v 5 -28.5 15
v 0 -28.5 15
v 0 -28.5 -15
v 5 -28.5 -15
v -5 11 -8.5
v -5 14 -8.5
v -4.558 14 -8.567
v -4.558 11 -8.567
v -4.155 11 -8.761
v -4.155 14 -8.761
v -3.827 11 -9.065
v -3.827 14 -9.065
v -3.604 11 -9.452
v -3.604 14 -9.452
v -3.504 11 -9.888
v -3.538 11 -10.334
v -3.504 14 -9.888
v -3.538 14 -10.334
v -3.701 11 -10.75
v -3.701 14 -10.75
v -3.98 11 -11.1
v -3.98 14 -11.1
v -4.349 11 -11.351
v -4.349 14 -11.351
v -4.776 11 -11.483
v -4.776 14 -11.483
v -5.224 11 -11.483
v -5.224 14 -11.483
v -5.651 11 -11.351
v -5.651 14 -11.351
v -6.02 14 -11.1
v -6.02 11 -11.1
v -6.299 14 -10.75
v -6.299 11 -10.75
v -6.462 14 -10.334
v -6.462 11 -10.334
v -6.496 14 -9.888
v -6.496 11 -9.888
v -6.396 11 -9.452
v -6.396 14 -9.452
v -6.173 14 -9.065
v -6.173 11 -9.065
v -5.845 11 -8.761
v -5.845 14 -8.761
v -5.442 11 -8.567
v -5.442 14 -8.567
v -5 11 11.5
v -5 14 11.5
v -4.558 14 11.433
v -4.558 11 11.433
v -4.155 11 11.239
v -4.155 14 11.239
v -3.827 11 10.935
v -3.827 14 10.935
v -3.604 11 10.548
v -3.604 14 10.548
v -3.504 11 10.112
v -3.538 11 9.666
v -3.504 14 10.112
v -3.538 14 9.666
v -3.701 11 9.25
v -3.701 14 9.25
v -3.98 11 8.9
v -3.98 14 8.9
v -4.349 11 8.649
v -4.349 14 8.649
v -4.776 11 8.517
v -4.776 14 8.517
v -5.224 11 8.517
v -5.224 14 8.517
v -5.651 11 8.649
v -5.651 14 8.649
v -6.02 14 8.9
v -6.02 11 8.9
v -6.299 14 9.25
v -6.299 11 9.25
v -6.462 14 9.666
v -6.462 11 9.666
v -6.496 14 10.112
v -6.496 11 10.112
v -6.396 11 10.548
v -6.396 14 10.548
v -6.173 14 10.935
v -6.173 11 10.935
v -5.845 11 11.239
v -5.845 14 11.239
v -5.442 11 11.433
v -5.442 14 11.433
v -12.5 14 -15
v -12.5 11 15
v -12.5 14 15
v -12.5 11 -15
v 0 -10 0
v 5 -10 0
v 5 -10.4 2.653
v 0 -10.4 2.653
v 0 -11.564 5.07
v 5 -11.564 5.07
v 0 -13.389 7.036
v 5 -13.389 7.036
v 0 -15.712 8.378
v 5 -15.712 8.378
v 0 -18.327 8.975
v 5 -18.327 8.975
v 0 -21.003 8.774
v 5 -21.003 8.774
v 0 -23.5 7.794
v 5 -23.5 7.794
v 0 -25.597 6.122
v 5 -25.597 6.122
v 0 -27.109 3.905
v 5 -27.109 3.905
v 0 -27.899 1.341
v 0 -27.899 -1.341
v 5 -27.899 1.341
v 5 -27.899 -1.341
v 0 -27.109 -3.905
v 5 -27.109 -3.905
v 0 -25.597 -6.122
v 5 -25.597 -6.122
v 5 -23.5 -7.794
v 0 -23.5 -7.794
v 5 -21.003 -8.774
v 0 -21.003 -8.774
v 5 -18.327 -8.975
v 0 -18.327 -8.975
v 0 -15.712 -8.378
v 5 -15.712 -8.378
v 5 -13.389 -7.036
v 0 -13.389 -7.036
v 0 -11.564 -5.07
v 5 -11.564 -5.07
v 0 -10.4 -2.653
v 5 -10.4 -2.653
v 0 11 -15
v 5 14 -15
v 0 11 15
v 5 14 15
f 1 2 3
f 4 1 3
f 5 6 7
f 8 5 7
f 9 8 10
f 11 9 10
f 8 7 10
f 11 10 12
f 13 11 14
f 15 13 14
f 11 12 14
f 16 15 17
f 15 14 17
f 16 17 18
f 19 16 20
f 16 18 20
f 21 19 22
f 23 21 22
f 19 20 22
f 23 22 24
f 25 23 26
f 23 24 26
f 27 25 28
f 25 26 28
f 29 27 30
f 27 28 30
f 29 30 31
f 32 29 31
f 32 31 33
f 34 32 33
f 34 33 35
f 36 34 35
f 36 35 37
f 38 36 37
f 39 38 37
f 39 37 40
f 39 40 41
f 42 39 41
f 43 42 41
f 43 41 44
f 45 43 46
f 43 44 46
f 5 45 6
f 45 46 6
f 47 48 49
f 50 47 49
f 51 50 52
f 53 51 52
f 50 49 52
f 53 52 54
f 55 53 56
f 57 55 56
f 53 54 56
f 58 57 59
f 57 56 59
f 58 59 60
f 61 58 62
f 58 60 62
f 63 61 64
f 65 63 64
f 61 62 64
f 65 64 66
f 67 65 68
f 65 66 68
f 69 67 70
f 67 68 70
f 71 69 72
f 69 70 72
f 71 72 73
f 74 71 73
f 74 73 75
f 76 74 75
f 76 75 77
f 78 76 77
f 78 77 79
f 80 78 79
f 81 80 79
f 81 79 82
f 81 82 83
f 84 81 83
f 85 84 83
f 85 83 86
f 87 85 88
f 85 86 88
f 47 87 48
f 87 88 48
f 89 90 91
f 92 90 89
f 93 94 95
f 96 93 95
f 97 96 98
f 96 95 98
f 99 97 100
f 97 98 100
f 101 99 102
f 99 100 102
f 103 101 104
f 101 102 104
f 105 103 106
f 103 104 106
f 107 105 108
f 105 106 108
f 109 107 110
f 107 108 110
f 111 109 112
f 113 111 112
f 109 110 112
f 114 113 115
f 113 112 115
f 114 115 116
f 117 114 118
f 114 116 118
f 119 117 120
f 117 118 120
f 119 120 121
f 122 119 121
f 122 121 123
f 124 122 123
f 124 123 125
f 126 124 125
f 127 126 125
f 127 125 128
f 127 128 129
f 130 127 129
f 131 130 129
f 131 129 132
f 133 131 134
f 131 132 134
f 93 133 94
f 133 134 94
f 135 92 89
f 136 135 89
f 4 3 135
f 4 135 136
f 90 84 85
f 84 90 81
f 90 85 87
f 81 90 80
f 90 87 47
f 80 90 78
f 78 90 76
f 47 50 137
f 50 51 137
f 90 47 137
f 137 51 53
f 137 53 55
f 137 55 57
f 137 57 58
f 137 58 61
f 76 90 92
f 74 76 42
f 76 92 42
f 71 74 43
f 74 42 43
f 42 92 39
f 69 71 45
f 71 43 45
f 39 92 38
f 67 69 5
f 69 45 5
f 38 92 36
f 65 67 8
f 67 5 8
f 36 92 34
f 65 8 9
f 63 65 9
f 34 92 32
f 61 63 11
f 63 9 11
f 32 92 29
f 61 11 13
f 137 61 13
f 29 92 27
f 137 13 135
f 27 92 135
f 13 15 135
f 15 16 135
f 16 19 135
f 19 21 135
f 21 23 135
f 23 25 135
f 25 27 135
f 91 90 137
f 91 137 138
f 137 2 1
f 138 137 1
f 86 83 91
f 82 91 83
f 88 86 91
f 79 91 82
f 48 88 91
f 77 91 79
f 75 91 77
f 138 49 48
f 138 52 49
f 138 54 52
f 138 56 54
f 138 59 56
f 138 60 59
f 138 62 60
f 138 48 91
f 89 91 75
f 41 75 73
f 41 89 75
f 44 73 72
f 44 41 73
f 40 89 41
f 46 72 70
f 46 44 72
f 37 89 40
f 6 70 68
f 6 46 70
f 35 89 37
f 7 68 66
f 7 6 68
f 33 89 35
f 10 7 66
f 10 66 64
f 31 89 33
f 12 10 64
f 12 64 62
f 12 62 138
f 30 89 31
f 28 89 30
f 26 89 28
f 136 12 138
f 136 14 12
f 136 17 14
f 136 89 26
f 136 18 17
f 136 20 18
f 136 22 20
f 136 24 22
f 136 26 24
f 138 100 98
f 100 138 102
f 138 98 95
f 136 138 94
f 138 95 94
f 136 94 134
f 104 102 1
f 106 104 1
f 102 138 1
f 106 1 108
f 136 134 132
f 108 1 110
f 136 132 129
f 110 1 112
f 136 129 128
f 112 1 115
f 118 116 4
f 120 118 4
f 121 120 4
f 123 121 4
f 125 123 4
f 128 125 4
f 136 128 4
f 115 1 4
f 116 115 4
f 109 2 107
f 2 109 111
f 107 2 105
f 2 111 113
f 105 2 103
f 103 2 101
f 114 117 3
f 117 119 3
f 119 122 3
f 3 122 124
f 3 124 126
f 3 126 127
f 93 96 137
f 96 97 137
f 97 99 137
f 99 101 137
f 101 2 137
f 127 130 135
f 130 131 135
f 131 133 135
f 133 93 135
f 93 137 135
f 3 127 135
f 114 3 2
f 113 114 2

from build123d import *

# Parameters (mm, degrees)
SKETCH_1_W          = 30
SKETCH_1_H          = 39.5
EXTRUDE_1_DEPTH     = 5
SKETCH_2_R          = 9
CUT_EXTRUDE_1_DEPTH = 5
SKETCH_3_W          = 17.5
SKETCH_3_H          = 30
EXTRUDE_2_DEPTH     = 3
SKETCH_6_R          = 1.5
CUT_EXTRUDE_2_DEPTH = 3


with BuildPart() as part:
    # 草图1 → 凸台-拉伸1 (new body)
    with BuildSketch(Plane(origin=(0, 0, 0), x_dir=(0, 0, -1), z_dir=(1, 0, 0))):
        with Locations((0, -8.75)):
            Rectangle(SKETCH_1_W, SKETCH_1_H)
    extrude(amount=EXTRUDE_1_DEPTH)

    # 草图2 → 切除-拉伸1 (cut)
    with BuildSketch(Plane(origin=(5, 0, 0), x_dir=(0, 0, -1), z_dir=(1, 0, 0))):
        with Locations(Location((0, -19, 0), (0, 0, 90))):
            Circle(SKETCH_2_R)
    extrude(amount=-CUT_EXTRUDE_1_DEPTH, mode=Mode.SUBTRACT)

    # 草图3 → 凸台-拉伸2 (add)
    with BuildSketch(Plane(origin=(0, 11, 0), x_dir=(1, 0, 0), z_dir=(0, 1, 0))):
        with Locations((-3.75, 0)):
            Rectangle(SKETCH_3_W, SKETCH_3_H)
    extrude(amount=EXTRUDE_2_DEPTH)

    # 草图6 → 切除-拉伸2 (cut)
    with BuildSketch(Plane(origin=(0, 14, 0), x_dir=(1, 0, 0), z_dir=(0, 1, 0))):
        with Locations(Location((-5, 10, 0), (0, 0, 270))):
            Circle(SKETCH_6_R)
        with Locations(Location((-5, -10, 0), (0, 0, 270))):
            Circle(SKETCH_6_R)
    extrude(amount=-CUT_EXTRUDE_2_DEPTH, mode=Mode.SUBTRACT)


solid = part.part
- - -
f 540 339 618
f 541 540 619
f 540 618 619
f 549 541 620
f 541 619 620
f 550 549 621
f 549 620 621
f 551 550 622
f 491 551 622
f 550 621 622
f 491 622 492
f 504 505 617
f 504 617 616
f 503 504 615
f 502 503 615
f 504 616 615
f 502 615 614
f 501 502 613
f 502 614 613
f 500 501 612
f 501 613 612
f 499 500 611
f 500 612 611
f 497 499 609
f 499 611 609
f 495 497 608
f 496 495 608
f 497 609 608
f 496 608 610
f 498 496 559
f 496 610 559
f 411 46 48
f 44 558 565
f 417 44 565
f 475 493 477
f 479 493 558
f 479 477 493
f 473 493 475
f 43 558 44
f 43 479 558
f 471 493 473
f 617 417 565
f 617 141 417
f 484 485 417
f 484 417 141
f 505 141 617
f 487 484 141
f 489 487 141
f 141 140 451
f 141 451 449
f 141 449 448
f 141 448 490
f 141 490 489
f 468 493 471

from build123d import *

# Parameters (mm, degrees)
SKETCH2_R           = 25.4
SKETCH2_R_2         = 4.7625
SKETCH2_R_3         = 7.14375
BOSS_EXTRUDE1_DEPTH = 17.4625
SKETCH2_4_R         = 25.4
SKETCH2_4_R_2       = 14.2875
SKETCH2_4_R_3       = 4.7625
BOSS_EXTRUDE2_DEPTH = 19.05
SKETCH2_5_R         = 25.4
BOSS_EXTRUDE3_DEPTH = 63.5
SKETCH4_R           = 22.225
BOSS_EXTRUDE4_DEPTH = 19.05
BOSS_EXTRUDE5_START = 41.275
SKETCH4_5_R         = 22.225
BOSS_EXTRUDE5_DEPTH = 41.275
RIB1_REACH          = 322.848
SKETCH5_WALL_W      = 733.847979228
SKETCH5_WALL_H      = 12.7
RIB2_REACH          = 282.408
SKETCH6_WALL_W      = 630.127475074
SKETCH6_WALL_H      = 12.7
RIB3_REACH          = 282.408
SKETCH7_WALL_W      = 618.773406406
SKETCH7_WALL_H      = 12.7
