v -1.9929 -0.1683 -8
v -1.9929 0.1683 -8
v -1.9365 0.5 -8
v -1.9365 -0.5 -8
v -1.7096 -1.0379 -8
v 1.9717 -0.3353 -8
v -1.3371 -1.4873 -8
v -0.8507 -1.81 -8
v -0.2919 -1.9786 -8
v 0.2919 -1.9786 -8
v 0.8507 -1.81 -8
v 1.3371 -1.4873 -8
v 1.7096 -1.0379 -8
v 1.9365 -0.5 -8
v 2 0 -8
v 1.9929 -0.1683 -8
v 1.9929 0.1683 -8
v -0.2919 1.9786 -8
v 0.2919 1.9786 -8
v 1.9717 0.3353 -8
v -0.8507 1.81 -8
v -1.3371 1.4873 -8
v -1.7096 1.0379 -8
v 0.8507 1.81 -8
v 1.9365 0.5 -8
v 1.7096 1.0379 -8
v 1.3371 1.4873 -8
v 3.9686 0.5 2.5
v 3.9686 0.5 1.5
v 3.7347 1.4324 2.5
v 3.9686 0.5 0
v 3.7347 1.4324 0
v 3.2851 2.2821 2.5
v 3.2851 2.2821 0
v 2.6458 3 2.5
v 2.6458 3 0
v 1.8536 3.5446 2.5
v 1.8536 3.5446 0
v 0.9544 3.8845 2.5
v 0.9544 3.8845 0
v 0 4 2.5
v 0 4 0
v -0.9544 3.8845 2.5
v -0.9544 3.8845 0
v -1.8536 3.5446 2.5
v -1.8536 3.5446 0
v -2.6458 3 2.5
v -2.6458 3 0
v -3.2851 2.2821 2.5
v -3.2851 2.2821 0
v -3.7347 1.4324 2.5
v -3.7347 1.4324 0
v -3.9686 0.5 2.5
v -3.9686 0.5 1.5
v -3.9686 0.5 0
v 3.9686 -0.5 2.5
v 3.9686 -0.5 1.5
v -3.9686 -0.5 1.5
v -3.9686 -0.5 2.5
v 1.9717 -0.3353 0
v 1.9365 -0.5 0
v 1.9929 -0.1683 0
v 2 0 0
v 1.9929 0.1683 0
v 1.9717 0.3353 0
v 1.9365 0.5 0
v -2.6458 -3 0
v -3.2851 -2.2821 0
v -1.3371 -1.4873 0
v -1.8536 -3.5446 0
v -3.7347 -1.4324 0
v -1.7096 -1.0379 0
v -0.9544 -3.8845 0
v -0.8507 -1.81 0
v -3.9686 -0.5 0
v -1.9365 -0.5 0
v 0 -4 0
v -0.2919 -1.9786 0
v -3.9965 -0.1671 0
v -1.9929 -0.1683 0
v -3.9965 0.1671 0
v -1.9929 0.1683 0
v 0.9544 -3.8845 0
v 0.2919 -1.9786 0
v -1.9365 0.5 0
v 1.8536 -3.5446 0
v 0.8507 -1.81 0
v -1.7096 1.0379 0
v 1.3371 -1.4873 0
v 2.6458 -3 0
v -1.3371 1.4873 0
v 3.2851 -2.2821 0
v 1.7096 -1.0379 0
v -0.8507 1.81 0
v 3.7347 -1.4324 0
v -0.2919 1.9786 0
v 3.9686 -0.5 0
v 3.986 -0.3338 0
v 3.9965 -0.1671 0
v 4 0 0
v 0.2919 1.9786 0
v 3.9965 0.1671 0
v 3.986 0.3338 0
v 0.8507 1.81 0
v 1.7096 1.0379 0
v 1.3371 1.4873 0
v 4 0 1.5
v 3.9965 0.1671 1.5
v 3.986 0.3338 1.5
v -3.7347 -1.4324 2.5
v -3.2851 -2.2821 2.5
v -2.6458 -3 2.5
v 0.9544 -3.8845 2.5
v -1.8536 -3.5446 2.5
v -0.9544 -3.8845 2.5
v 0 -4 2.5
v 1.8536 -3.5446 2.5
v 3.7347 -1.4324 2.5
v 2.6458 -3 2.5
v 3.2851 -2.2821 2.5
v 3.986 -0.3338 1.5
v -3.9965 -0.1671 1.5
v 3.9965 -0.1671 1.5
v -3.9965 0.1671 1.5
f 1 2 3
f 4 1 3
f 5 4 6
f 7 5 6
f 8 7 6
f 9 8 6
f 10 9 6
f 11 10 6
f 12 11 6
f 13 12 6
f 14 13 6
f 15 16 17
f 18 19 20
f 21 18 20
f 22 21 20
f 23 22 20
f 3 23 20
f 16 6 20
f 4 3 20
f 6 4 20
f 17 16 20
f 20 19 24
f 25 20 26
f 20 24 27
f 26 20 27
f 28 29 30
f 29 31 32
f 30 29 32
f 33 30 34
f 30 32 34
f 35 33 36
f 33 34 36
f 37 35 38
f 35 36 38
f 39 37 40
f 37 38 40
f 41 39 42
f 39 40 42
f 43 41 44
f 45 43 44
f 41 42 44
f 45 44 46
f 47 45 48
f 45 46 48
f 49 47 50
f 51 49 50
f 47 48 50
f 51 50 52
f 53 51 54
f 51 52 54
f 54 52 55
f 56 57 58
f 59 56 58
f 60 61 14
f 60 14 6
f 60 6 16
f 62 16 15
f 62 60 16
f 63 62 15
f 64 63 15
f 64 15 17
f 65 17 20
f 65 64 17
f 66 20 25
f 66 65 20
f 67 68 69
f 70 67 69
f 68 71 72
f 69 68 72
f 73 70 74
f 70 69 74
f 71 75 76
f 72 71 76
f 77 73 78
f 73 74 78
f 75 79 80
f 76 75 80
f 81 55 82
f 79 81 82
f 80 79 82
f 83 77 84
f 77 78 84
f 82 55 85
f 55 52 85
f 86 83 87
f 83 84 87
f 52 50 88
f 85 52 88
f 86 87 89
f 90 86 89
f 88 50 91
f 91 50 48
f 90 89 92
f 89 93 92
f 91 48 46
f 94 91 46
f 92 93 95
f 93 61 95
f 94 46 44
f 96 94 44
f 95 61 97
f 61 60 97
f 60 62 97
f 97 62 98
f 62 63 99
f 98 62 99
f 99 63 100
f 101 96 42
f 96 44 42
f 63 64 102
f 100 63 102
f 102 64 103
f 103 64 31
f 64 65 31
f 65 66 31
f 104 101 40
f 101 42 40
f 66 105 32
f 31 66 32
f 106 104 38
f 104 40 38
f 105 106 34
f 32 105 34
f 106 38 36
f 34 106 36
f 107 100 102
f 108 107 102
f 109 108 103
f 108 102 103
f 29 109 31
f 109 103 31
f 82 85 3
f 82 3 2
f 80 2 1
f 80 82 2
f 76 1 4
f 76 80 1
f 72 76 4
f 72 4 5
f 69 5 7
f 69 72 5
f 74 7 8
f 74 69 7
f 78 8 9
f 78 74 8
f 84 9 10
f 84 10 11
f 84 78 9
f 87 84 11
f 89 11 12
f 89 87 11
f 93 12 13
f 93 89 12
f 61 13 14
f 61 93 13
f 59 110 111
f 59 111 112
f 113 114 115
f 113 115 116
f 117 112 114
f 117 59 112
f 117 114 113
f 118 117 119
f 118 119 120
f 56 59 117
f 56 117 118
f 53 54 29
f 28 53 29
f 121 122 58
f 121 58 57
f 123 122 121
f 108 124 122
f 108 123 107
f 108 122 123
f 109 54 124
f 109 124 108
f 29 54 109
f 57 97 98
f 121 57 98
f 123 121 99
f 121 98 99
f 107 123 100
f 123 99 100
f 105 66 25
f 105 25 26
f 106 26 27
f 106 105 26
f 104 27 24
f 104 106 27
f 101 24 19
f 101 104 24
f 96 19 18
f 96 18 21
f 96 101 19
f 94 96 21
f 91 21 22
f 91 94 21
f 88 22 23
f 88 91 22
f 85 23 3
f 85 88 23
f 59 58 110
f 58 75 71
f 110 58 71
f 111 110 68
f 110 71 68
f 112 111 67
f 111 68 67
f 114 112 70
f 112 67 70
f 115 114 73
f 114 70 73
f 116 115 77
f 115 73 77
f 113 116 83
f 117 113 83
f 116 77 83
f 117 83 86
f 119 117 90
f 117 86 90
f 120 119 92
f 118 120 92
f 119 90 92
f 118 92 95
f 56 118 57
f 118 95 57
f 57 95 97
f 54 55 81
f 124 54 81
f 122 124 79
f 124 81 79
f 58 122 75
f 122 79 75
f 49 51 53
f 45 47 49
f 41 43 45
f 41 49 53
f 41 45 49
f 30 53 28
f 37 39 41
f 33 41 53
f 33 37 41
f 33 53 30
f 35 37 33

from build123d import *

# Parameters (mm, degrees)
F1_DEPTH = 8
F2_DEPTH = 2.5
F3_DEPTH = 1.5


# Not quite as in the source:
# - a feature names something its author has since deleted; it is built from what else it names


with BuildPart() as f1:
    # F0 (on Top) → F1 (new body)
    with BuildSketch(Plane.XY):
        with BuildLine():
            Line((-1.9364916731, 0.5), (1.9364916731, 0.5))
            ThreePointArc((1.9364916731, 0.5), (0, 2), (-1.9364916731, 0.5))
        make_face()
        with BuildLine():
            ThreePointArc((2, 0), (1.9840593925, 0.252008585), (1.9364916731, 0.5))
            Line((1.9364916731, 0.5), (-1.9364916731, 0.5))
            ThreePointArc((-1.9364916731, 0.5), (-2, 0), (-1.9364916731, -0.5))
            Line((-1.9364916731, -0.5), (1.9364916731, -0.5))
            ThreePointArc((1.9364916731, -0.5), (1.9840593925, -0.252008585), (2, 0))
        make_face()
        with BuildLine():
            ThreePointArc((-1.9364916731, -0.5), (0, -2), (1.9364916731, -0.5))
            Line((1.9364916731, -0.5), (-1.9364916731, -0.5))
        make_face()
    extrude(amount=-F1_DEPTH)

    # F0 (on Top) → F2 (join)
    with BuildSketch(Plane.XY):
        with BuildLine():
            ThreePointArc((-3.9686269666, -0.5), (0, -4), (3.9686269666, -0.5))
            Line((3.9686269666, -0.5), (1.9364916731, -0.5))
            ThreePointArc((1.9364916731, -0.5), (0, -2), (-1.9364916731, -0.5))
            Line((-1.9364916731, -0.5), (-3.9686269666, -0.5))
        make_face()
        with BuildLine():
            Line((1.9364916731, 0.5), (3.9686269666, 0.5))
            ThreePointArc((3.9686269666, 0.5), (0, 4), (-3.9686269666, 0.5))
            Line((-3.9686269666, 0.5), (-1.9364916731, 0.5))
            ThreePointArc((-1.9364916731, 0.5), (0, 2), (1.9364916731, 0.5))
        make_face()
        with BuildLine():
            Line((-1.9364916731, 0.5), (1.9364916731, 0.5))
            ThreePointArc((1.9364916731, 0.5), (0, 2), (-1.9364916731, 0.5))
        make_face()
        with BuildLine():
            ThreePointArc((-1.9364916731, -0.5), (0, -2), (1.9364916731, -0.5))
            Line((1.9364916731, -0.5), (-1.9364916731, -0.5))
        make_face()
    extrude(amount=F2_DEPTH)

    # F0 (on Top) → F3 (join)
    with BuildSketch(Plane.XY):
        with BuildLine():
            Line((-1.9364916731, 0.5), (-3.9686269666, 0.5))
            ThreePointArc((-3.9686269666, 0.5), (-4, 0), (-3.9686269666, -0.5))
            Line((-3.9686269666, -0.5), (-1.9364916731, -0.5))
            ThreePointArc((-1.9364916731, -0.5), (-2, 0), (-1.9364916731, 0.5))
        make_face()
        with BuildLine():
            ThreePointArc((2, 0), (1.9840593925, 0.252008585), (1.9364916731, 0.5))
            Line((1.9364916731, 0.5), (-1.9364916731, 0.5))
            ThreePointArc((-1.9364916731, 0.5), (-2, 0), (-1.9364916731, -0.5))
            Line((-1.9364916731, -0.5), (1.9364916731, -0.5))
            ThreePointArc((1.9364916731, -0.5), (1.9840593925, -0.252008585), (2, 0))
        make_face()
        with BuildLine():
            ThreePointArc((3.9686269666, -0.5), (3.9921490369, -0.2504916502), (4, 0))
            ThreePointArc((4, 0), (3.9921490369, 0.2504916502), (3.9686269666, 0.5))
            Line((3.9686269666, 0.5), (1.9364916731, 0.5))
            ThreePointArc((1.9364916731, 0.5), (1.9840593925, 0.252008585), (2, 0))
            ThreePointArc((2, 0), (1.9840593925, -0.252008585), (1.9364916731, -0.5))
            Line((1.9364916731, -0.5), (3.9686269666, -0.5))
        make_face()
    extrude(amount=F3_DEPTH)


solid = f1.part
- - -
The line above containing "v 0.9544 -3.8845 0", the line containing "v 3.2851 -2.2821 2.5", and every line between them are to be transcribed exactly; no other line is wanted.

● **Answer box**
v 0.9544 -3.8845 0
v 0.2919 -1.9786 0
v -1.9365 0.5 0
v 1.8536 -3.5446 0
v 0.8507 -1.81 0
v -1.7096 1.0379 0
v 1.3371 -1.4873 0
v 2.6458 -3 0
v -1.3371 1.4873 0
v 3.2851 -2.2821 0
v 1.7096 -1.0379 0
v -0.8507 1.81 0
v 3.7347 -1.4324 0
v -0.2919 1.9786 0
v 3.9686 -0.5 0
v 3.986 -0.3338 0
v 3.9965 -0.1671 0
v 4 0 0
v 0.2919 1.9786 0
v 3.9965 0.1671 0
v 3.986 0.3338 0
v 0.8507 1.81 0
v 1.7096 1.0379 0
v 1.3371 1.4873 0
v 4 0 1.5
v 3.9965 0.1671 1.5
v 3.986 0.3338 1.5
v -3.7347 -1.4324 2.5
v -3.2851 -2.2821 2.5
v -2.6458 -3 2.5
v 0.9544 -3.8845 2.5
v -1.8536 -3.5446 2.5
v -0.9544 -3.8845 2.5
v 0 -4 2.5
v 1.8536 -3.5446 2.5
v 3.7347 -1.4324 2.5
v 2.6458 -3 2.5
v 3.2851 -2.2821 2.5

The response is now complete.